Let’s read that again: “the article identified her as someone widely believed to be one of the people behind it.”

So what happened here? Either the article identified the woman or it didn’t. Did the fact checker have information about the creator of the list that Roiphe did not? I don’t know the editing process at Harper’s (“we’re not going to tell the steps of the editing process,” a Harper’s spokesperson told the Times) but having been a fact checker at a print magazine myself, it would be unusual (though not impossible) for a fact checker to reach out to the creator of the list before Roiphe included it in a close-to-final draft.

The line stood out to several observers.

The Times also reported that journalist Nicole Cliffe, who offered on Twitter to pay writers who pulled their stories from the issue in protest, “had pledged to pay more than $19,000 to reporters who had pulled their stories from Harper’s, according to a person with knowledge of the situation.” (Cliffe clarified on Twitter that she had paid them, rather than merely pledged to pay them.) But the Times also wrote that “Ms. Melucci, the Harper’s spokeswoman, said she had no knowledge of writers pulling stories from the magazine.”

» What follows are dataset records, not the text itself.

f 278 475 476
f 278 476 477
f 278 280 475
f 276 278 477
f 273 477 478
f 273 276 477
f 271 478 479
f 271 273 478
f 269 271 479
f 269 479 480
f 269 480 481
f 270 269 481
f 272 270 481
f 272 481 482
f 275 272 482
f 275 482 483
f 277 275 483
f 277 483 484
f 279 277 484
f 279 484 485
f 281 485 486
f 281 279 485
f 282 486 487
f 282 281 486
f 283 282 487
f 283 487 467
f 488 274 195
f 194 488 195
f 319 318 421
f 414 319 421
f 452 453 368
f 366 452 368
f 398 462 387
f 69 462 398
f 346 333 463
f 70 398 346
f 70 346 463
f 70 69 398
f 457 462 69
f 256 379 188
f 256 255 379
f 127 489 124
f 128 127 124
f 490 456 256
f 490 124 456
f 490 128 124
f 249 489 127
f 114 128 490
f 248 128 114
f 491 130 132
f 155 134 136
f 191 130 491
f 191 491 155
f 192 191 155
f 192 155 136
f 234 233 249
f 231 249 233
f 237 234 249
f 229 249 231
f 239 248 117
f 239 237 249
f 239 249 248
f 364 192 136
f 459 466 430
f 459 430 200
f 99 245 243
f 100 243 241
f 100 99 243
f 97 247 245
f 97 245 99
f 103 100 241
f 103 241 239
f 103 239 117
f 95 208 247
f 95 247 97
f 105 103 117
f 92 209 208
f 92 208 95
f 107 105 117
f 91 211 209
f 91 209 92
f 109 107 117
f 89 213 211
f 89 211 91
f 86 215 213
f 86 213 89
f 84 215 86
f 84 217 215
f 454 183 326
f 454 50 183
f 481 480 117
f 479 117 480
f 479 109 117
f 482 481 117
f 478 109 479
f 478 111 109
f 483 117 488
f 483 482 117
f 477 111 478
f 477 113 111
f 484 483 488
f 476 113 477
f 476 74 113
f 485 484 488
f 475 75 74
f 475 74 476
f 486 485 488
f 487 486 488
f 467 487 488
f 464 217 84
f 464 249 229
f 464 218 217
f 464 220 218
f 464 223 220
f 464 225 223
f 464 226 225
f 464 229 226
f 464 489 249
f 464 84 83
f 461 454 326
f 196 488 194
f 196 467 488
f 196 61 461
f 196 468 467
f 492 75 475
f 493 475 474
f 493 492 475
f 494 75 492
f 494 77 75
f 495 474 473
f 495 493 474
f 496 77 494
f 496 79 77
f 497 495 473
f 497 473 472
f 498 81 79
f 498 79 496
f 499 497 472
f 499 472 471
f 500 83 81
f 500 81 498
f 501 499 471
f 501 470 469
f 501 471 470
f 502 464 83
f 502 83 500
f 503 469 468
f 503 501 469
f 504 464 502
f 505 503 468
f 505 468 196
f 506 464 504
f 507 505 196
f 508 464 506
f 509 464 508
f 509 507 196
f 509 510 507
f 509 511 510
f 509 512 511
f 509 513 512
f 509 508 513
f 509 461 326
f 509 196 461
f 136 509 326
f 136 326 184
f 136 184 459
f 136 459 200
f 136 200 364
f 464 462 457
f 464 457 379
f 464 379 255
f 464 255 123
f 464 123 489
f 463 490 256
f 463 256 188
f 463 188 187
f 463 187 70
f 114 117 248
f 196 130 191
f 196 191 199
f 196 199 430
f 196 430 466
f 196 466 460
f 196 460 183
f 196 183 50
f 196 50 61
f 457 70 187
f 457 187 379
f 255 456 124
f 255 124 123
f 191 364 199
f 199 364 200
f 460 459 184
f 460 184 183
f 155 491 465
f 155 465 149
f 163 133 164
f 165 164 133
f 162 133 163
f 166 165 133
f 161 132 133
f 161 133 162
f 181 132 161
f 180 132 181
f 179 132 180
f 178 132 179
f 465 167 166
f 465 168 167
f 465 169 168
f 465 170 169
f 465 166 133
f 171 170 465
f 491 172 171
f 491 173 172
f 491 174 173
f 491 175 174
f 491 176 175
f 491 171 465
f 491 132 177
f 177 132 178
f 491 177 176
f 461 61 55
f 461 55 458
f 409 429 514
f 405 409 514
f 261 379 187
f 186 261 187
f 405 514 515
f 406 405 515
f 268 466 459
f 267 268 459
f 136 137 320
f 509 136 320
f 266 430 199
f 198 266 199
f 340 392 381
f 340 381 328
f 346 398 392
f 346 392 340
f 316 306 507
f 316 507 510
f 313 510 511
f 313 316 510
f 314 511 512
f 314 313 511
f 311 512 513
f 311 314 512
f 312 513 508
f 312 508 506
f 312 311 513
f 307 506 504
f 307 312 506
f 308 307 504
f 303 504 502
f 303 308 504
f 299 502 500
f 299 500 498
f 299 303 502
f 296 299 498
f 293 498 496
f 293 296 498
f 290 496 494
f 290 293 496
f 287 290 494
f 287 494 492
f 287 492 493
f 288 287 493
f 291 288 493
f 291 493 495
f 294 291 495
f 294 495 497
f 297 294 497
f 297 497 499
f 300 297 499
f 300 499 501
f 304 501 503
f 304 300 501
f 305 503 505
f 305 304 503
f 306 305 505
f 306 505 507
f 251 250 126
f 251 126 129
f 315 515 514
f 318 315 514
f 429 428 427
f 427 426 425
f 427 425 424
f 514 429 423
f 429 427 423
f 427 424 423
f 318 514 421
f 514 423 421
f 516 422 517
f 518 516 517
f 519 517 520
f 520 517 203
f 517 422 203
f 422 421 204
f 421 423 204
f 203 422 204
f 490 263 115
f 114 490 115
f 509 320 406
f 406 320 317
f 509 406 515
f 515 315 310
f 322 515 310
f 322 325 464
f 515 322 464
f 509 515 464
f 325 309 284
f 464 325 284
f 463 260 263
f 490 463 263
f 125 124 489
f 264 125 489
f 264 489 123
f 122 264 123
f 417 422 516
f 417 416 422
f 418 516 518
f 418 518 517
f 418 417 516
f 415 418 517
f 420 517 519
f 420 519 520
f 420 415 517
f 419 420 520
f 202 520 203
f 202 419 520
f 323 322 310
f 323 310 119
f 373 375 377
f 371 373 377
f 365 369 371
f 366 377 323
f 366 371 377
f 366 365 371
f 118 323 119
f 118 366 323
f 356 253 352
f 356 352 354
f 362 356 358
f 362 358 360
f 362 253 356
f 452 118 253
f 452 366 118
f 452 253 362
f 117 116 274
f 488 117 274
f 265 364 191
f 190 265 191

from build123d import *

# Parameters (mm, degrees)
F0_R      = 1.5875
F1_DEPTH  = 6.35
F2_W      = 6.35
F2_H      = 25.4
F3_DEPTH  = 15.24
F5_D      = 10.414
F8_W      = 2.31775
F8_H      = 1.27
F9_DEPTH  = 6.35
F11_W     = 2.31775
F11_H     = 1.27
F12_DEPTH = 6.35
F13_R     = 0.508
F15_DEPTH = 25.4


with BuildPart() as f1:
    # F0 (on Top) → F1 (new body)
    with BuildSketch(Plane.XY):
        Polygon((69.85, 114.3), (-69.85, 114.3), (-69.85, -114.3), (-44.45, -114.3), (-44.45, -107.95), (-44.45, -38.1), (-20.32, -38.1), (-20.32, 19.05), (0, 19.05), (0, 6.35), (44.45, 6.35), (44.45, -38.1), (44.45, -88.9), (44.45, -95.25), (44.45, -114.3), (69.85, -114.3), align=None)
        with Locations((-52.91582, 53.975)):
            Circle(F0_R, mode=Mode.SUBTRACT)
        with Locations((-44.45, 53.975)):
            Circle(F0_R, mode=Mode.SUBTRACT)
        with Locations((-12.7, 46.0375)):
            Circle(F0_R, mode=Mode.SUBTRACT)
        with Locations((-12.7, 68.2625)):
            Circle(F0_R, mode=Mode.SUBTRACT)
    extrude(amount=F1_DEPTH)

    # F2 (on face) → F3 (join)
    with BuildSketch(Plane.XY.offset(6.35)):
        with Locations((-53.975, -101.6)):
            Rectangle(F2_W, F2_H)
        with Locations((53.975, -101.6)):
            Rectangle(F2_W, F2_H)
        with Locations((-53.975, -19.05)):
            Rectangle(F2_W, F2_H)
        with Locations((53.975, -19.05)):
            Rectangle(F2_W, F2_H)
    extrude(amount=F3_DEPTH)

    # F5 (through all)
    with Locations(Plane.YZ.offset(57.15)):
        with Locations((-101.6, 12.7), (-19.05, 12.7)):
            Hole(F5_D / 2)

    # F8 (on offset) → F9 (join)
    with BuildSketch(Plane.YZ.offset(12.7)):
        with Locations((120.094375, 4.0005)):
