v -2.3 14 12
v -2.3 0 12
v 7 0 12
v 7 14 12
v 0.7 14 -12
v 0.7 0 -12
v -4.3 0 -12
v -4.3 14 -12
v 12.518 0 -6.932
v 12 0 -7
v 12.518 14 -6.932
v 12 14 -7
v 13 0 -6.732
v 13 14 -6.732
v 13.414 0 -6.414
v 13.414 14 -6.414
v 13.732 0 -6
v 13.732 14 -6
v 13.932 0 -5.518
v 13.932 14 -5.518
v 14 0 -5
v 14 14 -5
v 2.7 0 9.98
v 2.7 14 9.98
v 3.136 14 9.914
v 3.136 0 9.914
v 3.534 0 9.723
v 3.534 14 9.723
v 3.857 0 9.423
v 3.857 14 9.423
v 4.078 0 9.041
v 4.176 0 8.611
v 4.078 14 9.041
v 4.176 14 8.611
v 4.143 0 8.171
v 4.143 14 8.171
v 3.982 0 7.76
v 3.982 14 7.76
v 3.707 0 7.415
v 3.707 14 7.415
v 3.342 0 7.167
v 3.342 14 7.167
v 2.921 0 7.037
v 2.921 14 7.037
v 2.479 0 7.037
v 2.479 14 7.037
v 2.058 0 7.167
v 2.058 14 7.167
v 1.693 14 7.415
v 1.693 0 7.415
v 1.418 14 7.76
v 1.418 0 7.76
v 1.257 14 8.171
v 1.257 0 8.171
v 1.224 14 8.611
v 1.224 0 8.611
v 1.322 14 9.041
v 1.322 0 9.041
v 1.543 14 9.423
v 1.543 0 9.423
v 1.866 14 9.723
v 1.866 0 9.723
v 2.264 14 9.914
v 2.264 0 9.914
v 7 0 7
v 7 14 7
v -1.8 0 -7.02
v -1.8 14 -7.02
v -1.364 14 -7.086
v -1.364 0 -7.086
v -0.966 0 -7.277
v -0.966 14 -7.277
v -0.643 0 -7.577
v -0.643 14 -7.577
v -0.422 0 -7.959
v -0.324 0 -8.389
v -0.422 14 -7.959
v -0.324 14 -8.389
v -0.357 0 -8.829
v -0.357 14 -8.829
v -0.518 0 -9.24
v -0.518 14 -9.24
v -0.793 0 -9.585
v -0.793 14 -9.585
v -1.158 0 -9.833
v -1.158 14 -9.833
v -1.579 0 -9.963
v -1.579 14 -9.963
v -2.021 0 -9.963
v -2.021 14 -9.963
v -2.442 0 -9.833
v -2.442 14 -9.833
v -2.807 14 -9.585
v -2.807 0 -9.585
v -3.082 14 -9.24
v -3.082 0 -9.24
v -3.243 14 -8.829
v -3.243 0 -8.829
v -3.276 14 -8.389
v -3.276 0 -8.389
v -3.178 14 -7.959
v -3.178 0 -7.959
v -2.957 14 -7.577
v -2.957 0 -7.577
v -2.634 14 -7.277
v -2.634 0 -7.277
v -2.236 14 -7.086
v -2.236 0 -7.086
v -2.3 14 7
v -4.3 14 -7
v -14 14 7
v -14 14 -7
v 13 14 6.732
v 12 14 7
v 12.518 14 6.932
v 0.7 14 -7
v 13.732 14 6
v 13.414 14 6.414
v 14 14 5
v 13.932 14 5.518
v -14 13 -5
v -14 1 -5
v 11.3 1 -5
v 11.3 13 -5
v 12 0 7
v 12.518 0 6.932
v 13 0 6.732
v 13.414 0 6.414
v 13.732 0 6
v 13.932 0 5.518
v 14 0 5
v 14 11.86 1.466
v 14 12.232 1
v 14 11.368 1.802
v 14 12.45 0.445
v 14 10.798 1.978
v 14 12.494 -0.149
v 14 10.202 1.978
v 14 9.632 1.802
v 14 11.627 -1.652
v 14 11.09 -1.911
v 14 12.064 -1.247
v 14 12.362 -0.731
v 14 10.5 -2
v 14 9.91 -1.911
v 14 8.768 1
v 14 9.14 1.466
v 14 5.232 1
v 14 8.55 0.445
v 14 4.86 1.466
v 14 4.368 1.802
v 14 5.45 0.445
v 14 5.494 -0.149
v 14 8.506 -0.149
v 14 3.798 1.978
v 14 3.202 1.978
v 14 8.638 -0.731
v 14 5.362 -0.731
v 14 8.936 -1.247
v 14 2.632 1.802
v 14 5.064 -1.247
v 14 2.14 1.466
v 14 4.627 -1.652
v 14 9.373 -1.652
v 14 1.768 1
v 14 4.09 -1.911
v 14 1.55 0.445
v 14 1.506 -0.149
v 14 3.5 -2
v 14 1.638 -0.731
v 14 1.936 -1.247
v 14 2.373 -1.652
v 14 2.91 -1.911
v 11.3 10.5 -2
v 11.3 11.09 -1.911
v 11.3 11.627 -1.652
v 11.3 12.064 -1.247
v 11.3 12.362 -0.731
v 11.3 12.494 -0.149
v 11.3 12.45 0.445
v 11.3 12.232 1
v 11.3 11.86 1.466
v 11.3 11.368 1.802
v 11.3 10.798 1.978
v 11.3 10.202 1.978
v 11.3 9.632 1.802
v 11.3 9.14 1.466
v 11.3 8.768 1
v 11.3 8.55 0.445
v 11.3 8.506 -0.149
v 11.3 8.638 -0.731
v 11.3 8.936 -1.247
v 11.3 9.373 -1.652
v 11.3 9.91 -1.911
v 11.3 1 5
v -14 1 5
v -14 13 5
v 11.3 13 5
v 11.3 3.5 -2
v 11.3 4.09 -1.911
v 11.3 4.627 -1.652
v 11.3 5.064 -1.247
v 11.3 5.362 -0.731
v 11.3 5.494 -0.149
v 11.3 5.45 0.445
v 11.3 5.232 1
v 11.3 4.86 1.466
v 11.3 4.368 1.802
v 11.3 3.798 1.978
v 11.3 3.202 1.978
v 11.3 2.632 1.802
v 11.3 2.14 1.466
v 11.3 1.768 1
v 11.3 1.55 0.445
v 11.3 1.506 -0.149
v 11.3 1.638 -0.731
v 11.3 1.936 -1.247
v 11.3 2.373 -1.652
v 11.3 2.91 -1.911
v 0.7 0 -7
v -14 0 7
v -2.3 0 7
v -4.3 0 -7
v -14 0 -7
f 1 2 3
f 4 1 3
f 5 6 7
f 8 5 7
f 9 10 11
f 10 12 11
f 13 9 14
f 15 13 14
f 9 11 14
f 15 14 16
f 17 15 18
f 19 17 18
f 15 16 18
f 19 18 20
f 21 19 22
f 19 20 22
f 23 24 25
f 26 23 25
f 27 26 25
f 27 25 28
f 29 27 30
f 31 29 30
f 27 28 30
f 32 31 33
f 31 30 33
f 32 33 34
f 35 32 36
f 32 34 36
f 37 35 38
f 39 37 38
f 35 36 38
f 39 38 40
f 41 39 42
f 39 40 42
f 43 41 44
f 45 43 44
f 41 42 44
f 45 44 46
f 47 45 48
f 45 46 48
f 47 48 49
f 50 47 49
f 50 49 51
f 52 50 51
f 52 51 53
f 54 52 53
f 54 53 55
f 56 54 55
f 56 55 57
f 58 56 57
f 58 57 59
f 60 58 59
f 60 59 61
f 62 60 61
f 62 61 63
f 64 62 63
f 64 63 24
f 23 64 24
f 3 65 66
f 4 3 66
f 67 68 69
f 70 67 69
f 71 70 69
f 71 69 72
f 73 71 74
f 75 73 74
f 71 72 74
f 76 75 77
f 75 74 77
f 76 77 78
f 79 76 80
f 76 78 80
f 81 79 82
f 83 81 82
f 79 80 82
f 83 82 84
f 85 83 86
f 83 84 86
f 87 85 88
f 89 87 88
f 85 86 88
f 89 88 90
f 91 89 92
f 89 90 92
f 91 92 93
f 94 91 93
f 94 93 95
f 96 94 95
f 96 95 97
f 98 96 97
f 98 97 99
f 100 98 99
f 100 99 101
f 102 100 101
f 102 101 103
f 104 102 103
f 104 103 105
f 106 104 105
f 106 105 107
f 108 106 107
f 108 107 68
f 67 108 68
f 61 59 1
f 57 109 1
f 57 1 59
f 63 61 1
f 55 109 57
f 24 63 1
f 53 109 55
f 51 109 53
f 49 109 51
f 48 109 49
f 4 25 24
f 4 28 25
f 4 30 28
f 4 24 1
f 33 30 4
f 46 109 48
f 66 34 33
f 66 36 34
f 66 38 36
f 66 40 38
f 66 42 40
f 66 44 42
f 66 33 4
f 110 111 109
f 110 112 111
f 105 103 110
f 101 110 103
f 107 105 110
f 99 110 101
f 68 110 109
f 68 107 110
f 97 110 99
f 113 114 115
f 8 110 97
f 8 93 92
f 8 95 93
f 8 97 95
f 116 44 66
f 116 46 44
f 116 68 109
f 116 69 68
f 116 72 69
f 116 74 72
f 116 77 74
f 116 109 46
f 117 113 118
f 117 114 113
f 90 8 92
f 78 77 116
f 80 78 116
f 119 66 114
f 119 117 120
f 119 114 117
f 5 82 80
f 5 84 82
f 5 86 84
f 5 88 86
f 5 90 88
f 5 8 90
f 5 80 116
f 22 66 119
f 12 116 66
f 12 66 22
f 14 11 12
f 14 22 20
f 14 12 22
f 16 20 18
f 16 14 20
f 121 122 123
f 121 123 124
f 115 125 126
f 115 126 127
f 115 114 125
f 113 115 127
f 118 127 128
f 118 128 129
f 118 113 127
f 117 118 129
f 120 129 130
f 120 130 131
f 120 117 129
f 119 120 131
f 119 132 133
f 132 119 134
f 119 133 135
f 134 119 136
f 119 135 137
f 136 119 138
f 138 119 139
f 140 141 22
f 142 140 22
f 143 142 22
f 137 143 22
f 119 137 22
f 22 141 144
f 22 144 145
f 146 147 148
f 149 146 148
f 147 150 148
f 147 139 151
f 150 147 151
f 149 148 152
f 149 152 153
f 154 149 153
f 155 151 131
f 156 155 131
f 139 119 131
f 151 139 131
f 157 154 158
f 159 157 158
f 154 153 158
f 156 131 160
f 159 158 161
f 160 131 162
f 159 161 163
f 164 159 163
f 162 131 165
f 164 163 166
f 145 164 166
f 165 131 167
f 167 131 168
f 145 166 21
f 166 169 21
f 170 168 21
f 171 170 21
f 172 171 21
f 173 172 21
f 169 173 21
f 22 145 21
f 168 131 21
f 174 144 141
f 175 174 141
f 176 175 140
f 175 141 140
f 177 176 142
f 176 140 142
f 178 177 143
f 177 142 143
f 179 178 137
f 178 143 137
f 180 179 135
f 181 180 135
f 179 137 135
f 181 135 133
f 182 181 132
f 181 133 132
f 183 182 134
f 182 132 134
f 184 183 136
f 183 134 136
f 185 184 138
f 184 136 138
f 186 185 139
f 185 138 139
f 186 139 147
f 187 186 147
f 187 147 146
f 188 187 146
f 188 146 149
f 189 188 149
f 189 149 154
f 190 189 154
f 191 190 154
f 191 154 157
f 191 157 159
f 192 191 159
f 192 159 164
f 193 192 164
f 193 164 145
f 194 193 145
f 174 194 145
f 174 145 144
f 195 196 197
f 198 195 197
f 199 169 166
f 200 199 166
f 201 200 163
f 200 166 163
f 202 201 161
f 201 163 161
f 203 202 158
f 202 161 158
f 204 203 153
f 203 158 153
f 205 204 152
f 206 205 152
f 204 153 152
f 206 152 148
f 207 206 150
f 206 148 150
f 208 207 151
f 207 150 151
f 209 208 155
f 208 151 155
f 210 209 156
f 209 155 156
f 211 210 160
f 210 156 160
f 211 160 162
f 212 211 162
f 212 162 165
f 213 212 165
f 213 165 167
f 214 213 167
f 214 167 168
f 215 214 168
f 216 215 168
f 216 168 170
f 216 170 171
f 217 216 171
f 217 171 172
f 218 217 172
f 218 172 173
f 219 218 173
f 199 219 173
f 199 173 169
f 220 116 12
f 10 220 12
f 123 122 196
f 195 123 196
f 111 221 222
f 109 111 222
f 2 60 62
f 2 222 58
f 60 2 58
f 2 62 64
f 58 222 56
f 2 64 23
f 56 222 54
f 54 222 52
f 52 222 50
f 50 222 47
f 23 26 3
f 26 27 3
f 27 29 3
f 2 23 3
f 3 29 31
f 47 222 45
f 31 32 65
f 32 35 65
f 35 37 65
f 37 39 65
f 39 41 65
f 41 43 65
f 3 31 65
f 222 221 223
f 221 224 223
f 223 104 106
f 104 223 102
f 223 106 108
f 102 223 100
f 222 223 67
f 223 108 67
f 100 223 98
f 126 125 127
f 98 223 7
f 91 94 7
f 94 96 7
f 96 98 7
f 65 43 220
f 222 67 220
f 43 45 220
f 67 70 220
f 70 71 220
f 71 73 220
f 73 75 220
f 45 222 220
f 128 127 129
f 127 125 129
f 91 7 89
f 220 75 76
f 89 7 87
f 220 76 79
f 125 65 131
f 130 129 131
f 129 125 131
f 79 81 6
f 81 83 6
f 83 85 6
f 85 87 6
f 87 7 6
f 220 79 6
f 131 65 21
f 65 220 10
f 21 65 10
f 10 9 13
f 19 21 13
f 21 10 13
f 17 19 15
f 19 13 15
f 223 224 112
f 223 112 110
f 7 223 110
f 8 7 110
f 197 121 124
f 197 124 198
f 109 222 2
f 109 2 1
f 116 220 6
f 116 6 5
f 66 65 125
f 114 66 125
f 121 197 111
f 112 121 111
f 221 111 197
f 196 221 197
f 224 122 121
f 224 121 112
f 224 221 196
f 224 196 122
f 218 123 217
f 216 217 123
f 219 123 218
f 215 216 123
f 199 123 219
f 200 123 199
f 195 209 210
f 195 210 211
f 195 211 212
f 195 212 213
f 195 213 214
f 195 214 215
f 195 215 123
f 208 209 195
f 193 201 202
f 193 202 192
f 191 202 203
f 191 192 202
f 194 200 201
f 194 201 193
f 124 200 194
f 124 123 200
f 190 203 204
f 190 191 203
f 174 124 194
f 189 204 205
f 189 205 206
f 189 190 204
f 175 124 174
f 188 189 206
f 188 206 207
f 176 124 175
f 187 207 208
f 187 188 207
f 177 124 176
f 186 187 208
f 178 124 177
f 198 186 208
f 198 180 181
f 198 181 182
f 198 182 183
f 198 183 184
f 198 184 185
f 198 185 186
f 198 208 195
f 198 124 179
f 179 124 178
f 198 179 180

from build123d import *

# Parameters (mm, degrees)
SKETCH_1_W          = 28
SKETCH_1_H          = 14
EXTRUDE_1_DEPTH     = 14
SKETCH_2_W          = 10
SKETCH_2_H          = 12
CUT_EXTRUDE_1_DEPTH = 25.3
SKETCH_3_R          = 2
CUT_EXTRUDE_2_DEPTH = 25.5
FILLET_4_R          = 2
SKETCH_4_W          = 9.3
SKETCH_4_H          = 14
EXTRUDE_2_DEPTH     = 5
SKETCH_5_W          = 5
SKETCH_5_H          = 14
EXTRUDE_3_DEPTH     = 5
SKETCH_6_R          = 1.48
CUT_EXTRUDE_3_DEPTH = 20


with BuildPart() as part:
    # 草图1 → 凸台-拉伸1 (new body)
    with BuildSketch(Plane(origin=(0, 0, 0), x_dir=(1, 0, 0), z_dir=(0, 1, 0))):
        Rectangle(SKETCH_1_W, SKETCH_1_H)
    extrude(amount=EXTRUDE_1_DEPTH)

    # 草图2 → 切除-拉伸1 (cut)
    with BuildSketch(Plane.ZY.offset(14)):
        with Locations((0, 7)):
            Rectangle(SKETCH_2_W, SKETCH_2_H)
    extrude(amount=-CUT_EXTRUDE_1_DEPTH, mode=Mode.SUBTRACT)

    # 草图3 → 切除-拉伸2 (cut)
    with BuildSketch(Plane(origin=(14, 0, 0), x_dir=(0, 0, -1), z_dir=(1, 0, 0))):
        with Locations((0, 10.5)):
            Circle(SKETCH_3_R)
        with Locations((0, 3.5)):
            Circle(SKETCH_3_R)
    extrude(amount=-CUT_EXTRUDE_2_DEPTH, mode=Mode.SUBTRACT)

    # 圆角4
    fillet_4_edges = [part.edges().sort_by_distance(p)[0] for p in [
        (14, 7, 7),
        (14, 7, -7),
    ]]
    fillet(fillet_4_edges, radius=FILLET_4_R)

    # 草图4 → 凸台-拉伸2 (add)
    with BuildSketch(Plane.XY.offset(7)):
        with Locations((2.35, 7)):
            Rectangle(SKETCH_4_W, SKETCH_4_H)
    extrude(amount=EXTRUDE_2_DEPTH)

    # 草图5 → 凸台-拉伸3 (add)
    with BuildSketch(Plane(origin=(0, 0, -7), x_dir=(-1, 0, 0), z_dir=(0, 0, -1))):
        with Locations((1.8, 7)):
            Rectangle(SKETCH_5_W, SKETCH_5_H)
    extrude(amount=EXTRUDE_3_DEPTH)

    # 草图6 → 切除-拉伸3 (cut)
    with BuildSketch(Plane(origin=(0, 14, 0), x_dir=(1, 0, 0), z_dir=(0, 1, 0))):
        with Locations(Location((2.7, -8.5, 0), (0, 0, 270))):
            Circle(SKETCH_6_R)
        with Locations(Location((-1.8, 8.5, 0), (0, 0, 270))):
            Circle(SKETCH_6_R)
    extrude(amount=-CUT_EXTRUDE_3_DEPTH, mode=Mode.SUBTRACT)


solid = part.part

To be clear, as long as Roiphe’s piece does not include the identity of the list’s creator, there is no reason why her article should not be published—at least in the ethical sense. But the Times piece merely raises more questions than it answers.

Update, 10:46 PM: On Wednesday night, writer Moira Donegan revealed herself as the woman behind the Shitty Media Men list in an article for The Cut.

In the piece, Donegan claims that Roiphe and Harper’s were, in fact, preparing to use her name in connection with the list (emphasis mine):

This escalated when I learned Katie Roiphe would be publishing my name in a forthcoming piece in Harper’s magazine. In early December, Roiphe had emailed me to ask if I wanted to comment for a Harper’s story she was writing on the “feminist moment.” She did not say that she knew I had created the spreadsheet. I declined and heard nothing more from Roiphe or Harper’s until I received an email from a fact checker with questions about Roiphe’s piece. “Katie identifies you as a woman widely believed to be one of the creators of the Shitty Men in Media List,” the fact checker wrote. “Were you involved in creating the list? If not, how would you respond to this allegation?” The next day, a controversy ensued on Twitter after Roiphe’s intention to reveal my identity was made public. People who opposed the decision by Harper’s speculated about what would happen to me as a result of being identified. They feared that I would be threatened, stalked, raped, or killed. The outrage made it seem inevitable that my identity would be exposed even before the Roiphe piece ran. All of this was terrifying. I still don’t know what kind of future awaits me now that I’ve stopped hiding.

The passage shows how carefully Roiphe has worded her responses. She claimed to the Times that she was “not ‘outing’ anyone” and that she did not know the identity of the person behind the list—both of which could be technically true, since she was apparently preparing to avoid definitively saying that Donegan was behind the list. However, it seems clear that Donegan’s name was intended to appear in the article.